RIO DE JANEIRO (Reuters) - Classificado em último lugar para a final do solo nos Jogos do Rio, o ginasta brasileiro Arthur Nory arriscou e decidiu colocar na série uma acrobacia mais difícil para tentar um pódio neste domingo, e se deu bem.

Com uma apresentação sem falhas, ele recebeu a nota 15.433 e ficou com o bronze, atrás do campeão Max Whitlock (15.633), da Grã-Bretanha, e do companheiro de equipe Diego Hypólito (15.533).
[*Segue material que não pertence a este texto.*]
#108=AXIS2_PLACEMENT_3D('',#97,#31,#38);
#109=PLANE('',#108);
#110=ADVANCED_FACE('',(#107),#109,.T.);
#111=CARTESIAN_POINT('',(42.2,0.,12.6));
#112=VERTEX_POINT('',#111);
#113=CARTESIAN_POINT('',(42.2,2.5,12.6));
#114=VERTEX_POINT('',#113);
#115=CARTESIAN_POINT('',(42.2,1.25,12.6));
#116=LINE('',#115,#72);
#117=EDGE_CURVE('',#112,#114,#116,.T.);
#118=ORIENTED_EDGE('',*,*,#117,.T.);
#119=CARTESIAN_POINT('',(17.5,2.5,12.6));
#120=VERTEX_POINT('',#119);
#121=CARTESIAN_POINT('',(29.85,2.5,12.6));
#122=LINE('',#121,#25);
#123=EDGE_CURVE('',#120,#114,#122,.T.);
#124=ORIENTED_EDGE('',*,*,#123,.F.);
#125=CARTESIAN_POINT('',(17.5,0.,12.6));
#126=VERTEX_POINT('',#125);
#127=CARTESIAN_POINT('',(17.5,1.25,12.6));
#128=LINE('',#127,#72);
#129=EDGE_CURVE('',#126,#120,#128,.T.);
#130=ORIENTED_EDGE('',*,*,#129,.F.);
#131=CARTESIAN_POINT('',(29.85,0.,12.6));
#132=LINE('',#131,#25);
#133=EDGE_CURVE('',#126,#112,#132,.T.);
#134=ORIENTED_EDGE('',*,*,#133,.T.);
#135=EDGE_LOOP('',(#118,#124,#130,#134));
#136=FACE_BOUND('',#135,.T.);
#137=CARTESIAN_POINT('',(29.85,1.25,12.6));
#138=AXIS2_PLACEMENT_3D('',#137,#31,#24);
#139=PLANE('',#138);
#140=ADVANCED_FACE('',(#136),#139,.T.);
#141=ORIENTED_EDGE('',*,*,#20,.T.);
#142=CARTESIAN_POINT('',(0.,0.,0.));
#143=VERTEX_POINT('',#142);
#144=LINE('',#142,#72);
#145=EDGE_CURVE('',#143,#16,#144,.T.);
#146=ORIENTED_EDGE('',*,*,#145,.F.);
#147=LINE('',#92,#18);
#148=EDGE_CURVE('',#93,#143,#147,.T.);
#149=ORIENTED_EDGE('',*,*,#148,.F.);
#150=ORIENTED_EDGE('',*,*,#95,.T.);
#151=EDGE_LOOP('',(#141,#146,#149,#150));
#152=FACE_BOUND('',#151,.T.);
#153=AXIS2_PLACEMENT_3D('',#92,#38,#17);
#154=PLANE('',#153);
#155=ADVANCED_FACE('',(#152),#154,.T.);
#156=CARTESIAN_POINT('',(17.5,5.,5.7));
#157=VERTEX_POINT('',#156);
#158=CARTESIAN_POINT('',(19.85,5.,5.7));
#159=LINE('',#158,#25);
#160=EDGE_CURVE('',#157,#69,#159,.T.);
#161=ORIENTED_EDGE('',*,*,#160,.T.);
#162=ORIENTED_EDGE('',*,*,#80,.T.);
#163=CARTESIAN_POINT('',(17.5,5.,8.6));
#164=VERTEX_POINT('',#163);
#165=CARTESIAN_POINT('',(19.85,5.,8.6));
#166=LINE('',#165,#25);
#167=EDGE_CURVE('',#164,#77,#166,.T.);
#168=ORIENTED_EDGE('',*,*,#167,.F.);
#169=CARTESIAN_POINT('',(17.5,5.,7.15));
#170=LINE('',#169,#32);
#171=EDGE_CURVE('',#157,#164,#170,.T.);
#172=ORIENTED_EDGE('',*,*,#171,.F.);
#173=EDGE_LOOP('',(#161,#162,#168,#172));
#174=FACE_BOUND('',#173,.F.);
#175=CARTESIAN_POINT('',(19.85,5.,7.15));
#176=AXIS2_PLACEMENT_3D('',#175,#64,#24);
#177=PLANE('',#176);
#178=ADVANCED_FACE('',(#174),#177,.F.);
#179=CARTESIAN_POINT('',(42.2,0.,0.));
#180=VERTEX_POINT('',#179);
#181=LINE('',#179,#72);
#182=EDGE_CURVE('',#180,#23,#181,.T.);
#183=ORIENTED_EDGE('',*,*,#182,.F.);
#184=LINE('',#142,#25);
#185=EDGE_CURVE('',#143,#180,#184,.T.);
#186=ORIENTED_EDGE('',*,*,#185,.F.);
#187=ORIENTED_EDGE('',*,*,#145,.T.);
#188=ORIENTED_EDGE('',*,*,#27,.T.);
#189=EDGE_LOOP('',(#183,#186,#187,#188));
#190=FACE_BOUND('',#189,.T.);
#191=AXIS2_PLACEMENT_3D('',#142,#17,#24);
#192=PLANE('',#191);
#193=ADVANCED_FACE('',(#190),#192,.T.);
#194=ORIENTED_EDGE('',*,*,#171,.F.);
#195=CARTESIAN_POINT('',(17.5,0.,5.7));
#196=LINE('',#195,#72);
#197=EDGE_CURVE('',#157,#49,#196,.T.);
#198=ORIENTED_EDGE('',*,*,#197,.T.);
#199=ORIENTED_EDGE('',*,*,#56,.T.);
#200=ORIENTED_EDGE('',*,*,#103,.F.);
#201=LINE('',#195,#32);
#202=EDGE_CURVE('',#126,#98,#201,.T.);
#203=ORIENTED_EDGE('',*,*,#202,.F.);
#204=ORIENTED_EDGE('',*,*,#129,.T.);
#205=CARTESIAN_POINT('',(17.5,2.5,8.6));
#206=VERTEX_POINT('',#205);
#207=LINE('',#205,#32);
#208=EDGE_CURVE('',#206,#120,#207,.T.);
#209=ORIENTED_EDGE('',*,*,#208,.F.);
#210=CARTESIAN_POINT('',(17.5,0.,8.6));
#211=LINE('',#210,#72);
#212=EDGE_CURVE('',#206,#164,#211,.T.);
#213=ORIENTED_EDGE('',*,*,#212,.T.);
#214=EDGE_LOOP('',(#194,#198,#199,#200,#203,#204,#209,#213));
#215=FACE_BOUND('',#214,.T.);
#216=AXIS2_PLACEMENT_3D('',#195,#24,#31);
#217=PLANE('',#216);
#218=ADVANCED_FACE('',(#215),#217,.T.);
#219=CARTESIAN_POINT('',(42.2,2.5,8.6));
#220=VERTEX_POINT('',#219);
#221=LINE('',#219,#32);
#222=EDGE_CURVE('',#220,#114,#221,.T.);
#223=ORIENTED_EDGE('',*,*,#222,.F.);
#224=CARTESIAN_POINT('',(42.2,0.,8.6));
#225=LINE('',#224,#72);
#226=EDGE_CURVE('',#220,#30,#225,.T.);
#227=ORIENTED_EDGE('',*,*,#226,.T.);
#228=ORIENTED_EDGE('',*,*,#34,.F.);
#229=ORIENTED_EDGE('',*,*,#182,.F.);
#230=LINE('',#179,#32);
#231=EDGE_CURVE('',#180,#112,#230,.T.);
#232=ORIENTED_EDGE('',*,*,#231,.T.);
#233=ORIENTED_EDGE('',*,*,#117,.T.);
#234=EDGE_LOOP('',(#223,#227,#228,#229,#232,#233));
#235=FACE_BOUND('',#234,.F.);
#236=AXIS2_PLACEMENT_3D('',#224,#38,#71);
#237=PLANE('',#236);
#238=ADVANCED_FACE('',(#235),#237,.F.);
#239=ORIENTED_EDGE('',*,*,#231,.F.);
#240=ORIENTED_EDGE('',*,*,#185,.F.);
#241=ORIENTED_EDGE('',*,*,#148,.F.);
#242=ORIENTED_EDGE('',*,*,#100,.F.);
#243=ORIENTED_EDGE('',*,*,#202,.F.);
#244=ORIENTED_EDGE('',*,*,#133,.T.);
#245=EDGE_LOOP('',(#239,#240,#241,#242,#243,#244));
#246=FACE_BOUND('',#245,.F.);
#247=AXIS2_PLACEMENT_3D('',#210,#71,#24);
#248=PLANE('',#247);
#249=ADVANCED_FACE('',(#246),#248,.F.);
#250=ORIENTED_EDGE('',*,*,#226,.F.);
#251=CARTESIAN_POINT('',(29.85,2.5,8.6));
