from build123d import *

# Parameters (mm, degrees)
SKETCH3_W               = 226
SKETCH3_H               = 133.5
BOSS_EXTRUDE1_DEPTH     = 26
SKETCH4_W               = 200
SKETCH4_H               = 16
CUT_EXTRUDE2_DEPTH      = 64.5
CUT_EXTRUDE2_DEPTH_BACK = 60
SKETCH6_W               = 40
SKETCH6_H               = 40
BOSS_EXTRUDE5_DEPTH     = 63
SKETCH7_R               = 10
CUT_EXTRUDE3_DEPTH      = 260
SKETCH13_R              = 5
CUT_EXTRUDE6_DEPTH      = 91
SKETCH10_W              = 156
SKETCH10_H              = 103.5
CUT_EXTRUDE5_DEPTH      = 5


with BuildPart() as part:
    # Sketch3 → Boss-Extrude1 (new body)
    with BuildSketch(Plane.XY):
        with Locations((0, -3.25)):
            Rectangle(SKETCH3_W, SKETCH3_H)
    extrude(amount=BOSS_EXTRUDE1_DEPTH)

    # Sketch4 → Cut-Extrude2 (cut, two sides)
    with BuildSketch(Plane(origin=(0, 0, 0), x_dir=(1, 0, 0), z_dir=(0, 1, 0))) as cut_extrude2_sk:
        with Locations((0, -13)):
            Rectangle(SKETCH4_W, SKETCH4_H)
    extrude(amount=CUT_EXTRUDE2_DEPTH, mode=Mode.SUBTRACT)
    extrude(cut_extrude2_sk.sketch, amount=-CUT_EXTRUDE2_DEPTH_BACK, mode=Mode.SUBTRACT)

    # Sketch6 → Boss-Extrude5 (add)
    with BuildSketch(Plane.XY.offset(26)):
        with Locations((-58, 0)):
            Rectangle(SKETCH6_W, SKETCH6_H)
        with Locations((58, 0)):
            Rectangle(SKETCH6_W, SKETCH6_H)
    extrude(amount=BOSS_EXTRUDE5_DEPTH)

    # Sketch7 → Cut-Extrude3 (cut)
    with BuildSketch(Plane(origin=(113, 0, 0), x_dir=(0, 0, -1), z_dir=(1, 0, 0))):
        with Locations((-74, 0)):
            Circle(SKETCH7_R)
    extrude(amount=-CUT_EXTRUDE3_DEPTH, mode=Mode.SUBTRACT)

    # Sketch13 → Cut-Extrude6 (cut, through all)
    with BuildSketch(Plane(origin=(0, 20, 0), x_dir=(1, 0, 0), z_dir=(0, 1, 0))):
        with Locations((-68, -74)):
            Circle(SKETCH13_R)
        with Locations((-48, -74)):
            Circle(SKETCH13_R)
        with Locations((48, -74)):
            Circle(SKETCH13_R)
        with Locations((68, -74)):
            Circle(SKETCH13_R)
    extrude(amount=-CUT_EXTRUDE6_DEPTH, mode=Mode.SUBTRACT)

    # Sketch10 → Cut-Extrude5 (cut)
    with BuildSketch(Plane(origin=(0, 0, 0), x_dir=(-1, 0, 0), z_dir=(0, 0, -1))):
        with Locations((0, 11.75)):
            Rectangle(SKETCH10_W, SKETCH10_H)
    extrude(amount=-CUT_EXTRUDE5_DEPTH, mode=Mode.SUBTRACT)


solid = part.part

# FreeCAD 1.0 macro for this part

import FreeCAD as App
import Part
import Sketcher

doc = App.newDocument("Part")
params = doc.addObject("Spreadsheet::Sheet", "Params")
for row, (alias, value) in enumerate([
    ("sketch1_width", "226 mm"),
    ("sketch1_height", "133.5 mm"),
    ("pad1_length", "26 mm"),
    ("sketch2_width", "200 mm"),
    ("sketch2_height", "16 mm"),
    ("pocket1_length", "64.5 mm"),
    ("pocket1_length2", "60 mm"),
    ("sketch3_width", "40 mm"),
    ("pad2_length", "63 mm"),
    ("sketch4_diameter", "20 mm"),
    ("pocket2_length", "260 mm"),
    ("sketch5_diameter", "10 mm"),
    ("sketch6_width", "156 mm"),
    ("sketch6_height", "103.5 mm"),
    ("pocket4_length", "5 mm"),
], start=1):
    params.set(f"A{row}", alias)
    params.set(f"B{row}", "=" + value)
    params.setAlias(f"B{row}", alias)

body = doc.addObject("PartDesign::Body", "Body")

# Sketch on XY plane
sketch1 = doc.addObject("Sketcher::SketchObject", "Sketch")
body.addObject(sketch1)
sketch1.AttachmentSupport = (doc.XY_Plane, [""])
sketch1.MapMode = "FlatFace"
sketch1.addGeometry(Part.LineSegment(App.Vector(-113, 64, 0), App.Vector(-113, -70, 0)), False)
sketch1.addGeometry(Part.LineSegment(App.Vector(-113, -70, 0), App.Vector(113, -70, 0)), False)
sketch1.addGeometry(Part.LineSegment(App.Vector(113, -70, 0), App.Vector(113, 64, 0)), False)
sketch1.addGeometry(Part.LineSegment(App.Vector(113, 64, 0), App.Vector(-113, 64, 0)), False)
sketch1.addConstraint(Sketcher.Constraint("Coincident", 0, 2, 1, 1))
sketch1.addConstraint(Sketcher.Constraint("Coincident", 1, 2, 2, 1))
sketch1.addConstraint(Sketcher.Constraint("Coincident", 2, 2, 3, 1))
sketch1.addConstraint(Sketcher.Constraint("Coincident", 3, 2, 0, 1))
sketch1.addConstraint(Sketcher.Constraint("Vertical", 0))
sketch1.addConstraint(Sketcher.Constraint("Horizontal", 1))
sketch1.addConstraint(Sketcher.Constraint("Vertical", 2))
sketch1.addConstraint(Sketcher.Constraint("Horizontal", 3))
sketch1.addConstraint(Sketcher.Constraint("DistanceX", 1, 1, 1, 2, 226.0))
sketch1.addConstraint(Sketcher.Constraint("DistanceY", 0, 2, 0, 1, 133.5))
sketch1.addConstraint(Sketcher.Constraint("DistanceX", 0, 2, -1, 1, 113.0))
sketch1.addConstraint(Sketcher.Constraint("DistanceY", 0, 2, -1, 1, 70.0))
sketch1.setExpression("Constraints[8]", "Params.sketch1_width")
sketch1.setExpression("Constraints[9]", "Params.sketch1_height")
pad1 = doc.addObject("PartDesign::Pad", "Pad")
body.addObject(pad1)
pad1.Profile = sketch1
pad1.setExpression("Length", "Params.pad1_length")

# Sketch on XZ plane
sketch2 = doc.addObject("Sketcher::SketchObject", "Sketch001")
body.addObject(sketch2)
sketch2.AttachmentSupport = (doc.XZ_Plane, [""])
sketch2.MapMode = "FlatFace"
sketch2.addGeometry(Part.LineSegment(App.Vector(-100, 5, 0), App.Vector(-100, 21, 0)), False)
sketch2.addGeometry(Part.LineSegment(App.Vector(-100, 21, 0), App.Vector(100, 21, 0)), False)
sketch2.addGeometry(Part.LineSegment(App.Vector(100, 21, 0), App.Vector(100, 5, 0)), False)
sketch2.addGeometry(Part.LineSegment(App.Vector(100, 5, 0), App.Vector(-100, 5, 0)), False)
sketch2.addConstraint(Sketcher.Constraint("Coincident", 0, 2, 1, 1))
sketch2.addConstraint(Sketcher.Constraint("Coincident", 1, 2, 2, 1))
sketch2.addConstraint(Sketcher.Constraint("Coincident", 2, 2, 3, 1))
sketch2.addConstraint(Sketcher.Constraint("Coincident", 3, 2, 0, 1))
sketch2.addConstraint(Sketcher.Constraint("Vertical", 0))
sketch2.addConstraint(Sketcher.Constraint("Horizontal", 1))
sketch2.addConstraint(Sketcher.Constraint("Vertical", 2))
sketch2.addConstraint(Sketcher.Constraint("Horizontal", 3))
sketch2.addConstraint(Sketcher.Constraint("DistanceX", 1, 1, 1, 2, 200.0))
sketch2.addConstraint(Sketcher.Constraint("DistanceY", 0, 1, 0, 2, 16.0))
sketch2.addConstraint(Sketcher.Constraint("DistanceX", 0, 2, -1, 1, 100.0))
sketch2.addConstraint(Sketcher.Constraint("DistanceY", -1, 1, 0, 2, 21.0))
sketch2.setExpression("Constraints[8]", "Params.sketch2_width")
sketch2.setExpression("Constraints[9]", "Params.sketch2_height")
pocket1 = doc.addObject("PartDesign::Pocket", "Pocket")
body.addObject(pocket1)
pocket1.Profile = sketch2
pocket1.Type = "TwoLengths"
pocket1.setExpression("Length", "Params.pocket1_length")
pocket1.setExpression("Length2", "Params.pocket1_length2")

# Sketch on XY plane
sketch3 = doc.addObject("Sketcher::SketchObject", "Sketch002")
body.addObject(sketch3)
sketch3.AttachmentSupport = (doc.XY_Plane, [""])
sketch3.MapMode = "FlatFace"
sketch3.AttachmentOffset = App.Placement(App.Vector(0, 0, 26), App.Rotation())
sketch3.addGeometry(Part.LineSegment(App.Vector(-78, 20, 0), App.Vector(-78, -20, 0)), False)
sketch3.addGeometry(Part.LineSegment(App.Vector(-78, -20, 0), App.Vector(-38, -20, 0)), False)
sketch3.addGeometry(Part.LineSegment(App.Vector(-38, -20, 0), App.Vector(-38, 20, 0)), False)
sketch3.addGeometry(Part.LineSegment(App.Vector(-38, 20, 0), App.Vector(-78, 20, 0)), False)
sketch3.addGeometry(Part.LineSegment(App.Vector(38, 20, 0), App.Vector(38, -20, 0)), False)
sketch3.addGeometry(Part.LineSegment(App.Vector(38, -20, 0), App.Vector(78, -20, 0)), False)
sketch3.addGeometry(Part.LineSegment(App.Vector(78, -20, 0), App.Vector(78, 20, 0)), False)
sketch3.addGeometry(Part.LineSegment(App.Vector(78, 20, 0), App.Vector(38, 20, 0)), False)
sketch3.addConstraint(Sketcher.Constraint("Coincident", 0, 2, 1, 1))
sketch3.addConstraint(Sketcher.Constraint("Coincident", 1, 2, 2, 1))
sketch3.addConstraint(Sketcher.Constraint("Coincident", 2, 2, 3, 1))
sketch3.addConstraint(Sketcher.Constraint("Coincident", 3, 2, 0, 1))
sketch3.addConstraint(Sketcher.Constraint("Coincident", 4, 2, 5, 1))
sketch3.addConstraint(Sketcher.Constraint("Coincident", 5, 2, 6, 1))
sketch3.addConstraint(Sketcher.Constraint("Coincident", 6, 2, 7, 1))
sketch3.addConstraint(Sketcher.Constraint("Coincident", 7, 2, 4, 1))
sketch3.addConstraint(Sketcher.Constraint("Vertical", 0))
sketch3.addConstraint(Sketcher.Constraint("Horizontal", 1))
sketch3.addConstraint(Sketcher.Constraint("Vertical", 2))
sketch3.addConstraint(Sketcher.Constraint("Horizontal", 3))
sketch3.addConstraint(Sketcher.Constraint("Vertical", 4))
sketch3.addConstraint(Sketcher.Constraint("Horizontal", 5))
sketch3.addConstraint(Sketcher.Constraint("Vertical", 6))
sketch3.addConstraint(Sketcher.Constraint("Horizontal", 7))
sketch3.addConstraint(Sketcher.Constraint("Symmetric", 2, 2, 4, 2, -1, 1))
sketch3.addConstraint(Sketcher.Constraint("Symmetric", 0, 2, 6, 2, -1, 1))
sketch3.addConstraint(Sketcher.Constraint("Horizontal", 1, 2, 4, 2))
sketch3.addConstraint(Sketcher.Constraint("Equal", 7, 0))
sketch3.addConstraint(Sketcher.Constraint("DistanceX", 1, 1, 1, 2, 40.0))
sketch3.addConstraint(Sketcher.Constraint("DistanceX", 0, 2, -1, 1, 78.0))
sketch3.setExpression("Constraints[20]", "Params.sketch3_width")
pad2 = doc.addObject("PartDesign::Pad", "Pad001")
body.addObject(pad2)
pad2.Profile = sketch3
pad2.setExpression("Length", "Params.pad2_length")

# Sketch on YZ plane
sketch4 = doc.addObject("Sketcher::SketchObject", "Sketch003")
body.addObject(sketch4)
sketch4.AttachmentSupport = (doc.YZ_Plane, [""])
sketch4.MapMode = "FlatFace"
sketch4.AttachmentOffset = App.Placement(App.Vector(0, 0, 113), App.Rotation())
sketch4.addGeometry(Part.Circle(App.Vector(0, 74, 0), App.Vector(0, 0, 1), 10), False)
sketch4.addConstraint(Sketcher.Constraint("PointOnObject", 0, 3, -2))
sketch4.addConstraint(Sketcher.Constraint("Diameter", 0, 20.0))
sketch4.addConstraint(Sketcher.Constraint("DistanceY", -1, 1, 0, 3, 74.0))
sketch4.setExpression("Constraints[1]", "Params.sketch4_diameter")
pocket2 = doc.addObject("PartDesign::Pocket", "Pocket001")
body.addObject(pocket2)
pocket2.Profile = sketch4
pocket2.setExpression("Length", "Params.pocket2_length")

# Sketch on XZ plane
sketch5 = doc.addObject("Sketcher::SketchObject", "Sketch004")
body.addObject(sketch5)
sketch5.AttachmentSupport = (doc.XZ_Plane, [""])
sketch5.MapMode = "FlatFace"
sketch5.AttachmentOffset = App.Placement(App.Vector(0, 0, -20), App.Rotation())
sketch5.addGeometry(Part.Circle(App.Vector(-68, 74, 0), App.Vector(0, 0, 1), 5), False)
sketch5.addGeometry(Part.Circle(App.Vector(-48, 74, 0), App.Vector(0, 0, 1), 5), False)
sketch5.addGeometry(Part.Circle(App.Vector(48, 74, 0), App.Vector(0, 0, 1), 5), False)
sketch5.addGeometry(Part.Circle(App.Vector(68, 74, 0), App.Vector(0, 0, 1), 5), False)
sketch5.addConstraint(Sketcher.Constraint("Equal", 0, 1))
sketch5.addConstraint(Sketcher.Constraint("Equal", 1, 2))
sketch5.addConstraint(Sketcher.Constraint("Equal", 2, 3))
sketch5.addConstraint(Sketcher.Constraint("Symmetric", 1, 3, 2, 3, -2))
sketch5.addConstraint(Sketcher.Constraint("Symmetric", 0, 3, 3, 3, -2))
sketch5.addConstraint(Sketcher.Constraint("Horizontal", 0, 3, 1, 3))
sketch5.addConstraint(Sketcher.Constraint("Diameter", 0, 10.0))
sketch5.addConstraint(Sketcher.Constraint("DistanceX", 0, 3, -1, 1, 68.0))
sketch5.addConstraint(Sketcher.Constraint("DistanceY", -1, 1, 0, 3, 74.0))
sketch5.addConstraint(Sketcher.Constraint("DistanceX", 1, 3, -1, 1, 48.0))
sketch5.setExpression("Constraints[6]", "Params.sketch5_diameter")
pocket3 = doc.addObject("PartDesign::Pocket", "Pocket002")
body.addObject(pocket3)
pocket3.Profile = sketch5
pocket3.Type = "ThroughAll"
pocket3.Reversed = True

# Sketch on XY plane
sketch6 = doc.addObject("Sketcher::SketchObject", "Sketch005")
body.addObject(sketch6)
sketch6.AttachmentSupport = (doc.XY_Plane, [""])
sketch6.MapMode = "FlatFace"
sketch6.addGeometry(Part.LineSegment(App.Vector(78, 64, 0), App.Vector(78, -40, 0)), False)
sketch6.addGeometry(Part.LineSegment(App.Vector(78, -40, 0), App.Vector(-78, -40, 0)), False)
sketch6.addGeometry(Part.LineSegment(App.Vector(-78, -40, 0), App.Vector(-78, 64, 0)), False)
sketch6.addGeometry(Part.LineSegment(App.Vector(-78, 64, 0), App.Vector(78, 64, 0)), False)
sketch6.addConstraint(Sketcher.Constraint("Coincident", 0, 2, 1, 1))
sketch6.addConstraint(Sketcher.Constraint("Coincident", 1, 2, 2, 1))
sketch6.addConstraint(Sketcher.Constraint("Coincident", 2, 2, 3, 1))
sketch6.addConstraint(Sketcher.Constraint("Coincident", 3, 2, 0, 1))
sketch6.addConstraint(Sketcher.Constraint("Vertical", 0))
sketch6.addConstraint(Sketcher.Constraint("Horizontal", 1))
sketch6.addConstraint(Sketcher.Constraint("Vertical", 2))
sketch6.addConstraint(Sketcher.Constraint("Horizontal", 3))
sketch6.addConstraint(Sketcher.Constraint("DistanceX", 1, 2, 1, 1, 156.0))
sketch6.addConstraint(Sketcher.Constraint("DistanceY", 0, 2, 0, 1, 103.5))
sketch6.addConstraint(Sketcher.Constraint("DistanceX", -1, 1, 0, 2, 78.0))
sketch6.addConstraint(Sketcher.Constraint("DistanceY", 0, 2, -1, 1, 40.0))
sketch6.setExpression("Constraints[8]", "Params.sketch6_width")
sketch6.setExpression("Constraints[9]", "Params.sketch6_height")
pocket4 = doc.addObject("PartDesign::Pocket", "Pocket003")
body.addObject(pocket4)
pocket4.Profile = sketch6
pocket4.setExpression("Length", "Params.pocket4_length")
pocket4.Reversed = True

doc.recompute()
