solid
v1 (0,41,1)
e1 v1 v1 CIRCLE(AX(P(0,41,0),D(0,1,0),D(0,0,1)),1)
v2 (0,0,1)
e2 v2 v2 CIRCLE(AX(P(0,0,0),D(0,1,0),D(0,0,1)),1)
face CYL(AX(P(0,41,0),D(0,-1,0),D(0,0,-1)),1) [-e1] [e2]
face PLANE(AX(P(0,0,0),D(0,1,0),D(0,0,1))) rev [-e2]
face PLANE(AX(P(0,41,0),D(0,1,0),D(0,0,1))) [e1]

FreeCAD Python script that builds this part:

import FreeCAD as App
import Part
import Sketcher

V = App.Vector

doc = App.newDocument("Part")
body = doc.addObject("PartDesign::Body", "Body")

# Sketch on XZ plane
sketch1 = body.newObject("Sketcher::SketchObject", "Sketch")
sketch1.AttachmentSupport = (doc.getObject("XZ_Plane"), [""])
sketch1.MapMode = "FlatFace"
sketch1.addGeometry(Part.Circle(V(0, 0, 0), V(0, 0, 1), 1), False)
sketch1.addConstraint(Sketcher.Constraint("Coincident", 0, 3, -1, 1))
sketch1.addConstraint(Sketcher.Constraint("Diameter", 0, 2.0))
pad1 = body.newObject("PartDesign::Pad", "Pad")
pad1.Profile = sketch1
pad1.Length = 41
pad1.Reversed = True

doc.recompute()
"A gente pensou em dificultar a série. Ele (técnico Cristiano Albino) confiou em mim, eu confiei nele, e isso é o principal", disse Nory após a conquista.

"Eu não tinha feito essa série, é a primeira vez que eu faço. Os elementos eu já havia treinado bastante. A segunda passada era o elemento que eu coloquei e de valor F, um dos mais altos do código e que chama a atenção, ele é bem difícil", completou.

Segundo o treinador, a decisão de dificultar a série foi fundamental para a conquista do bronze. "O único jeito de beliscar uma medalha era aumentando a nota de partida, e foi o que a gente fez. Discutimos, treinamos... e ele fez o papel dele, a série foi boa e está aí o resultado", disse.

O ginasta de 22 anos se mostrou surpreso com a medalha, e disse que sua expectativa maior era disputar uma final olímpica nas barras, o que não aconteceu.

"Eu queria muito uma final de barra, treinei para isso. E veio o solo", afirmou, destacando a importância da preparação psicológica. "Olimpíada é cabeça que conta, porque treinado você já está, então é ficar focado e fazer o seu trabalho."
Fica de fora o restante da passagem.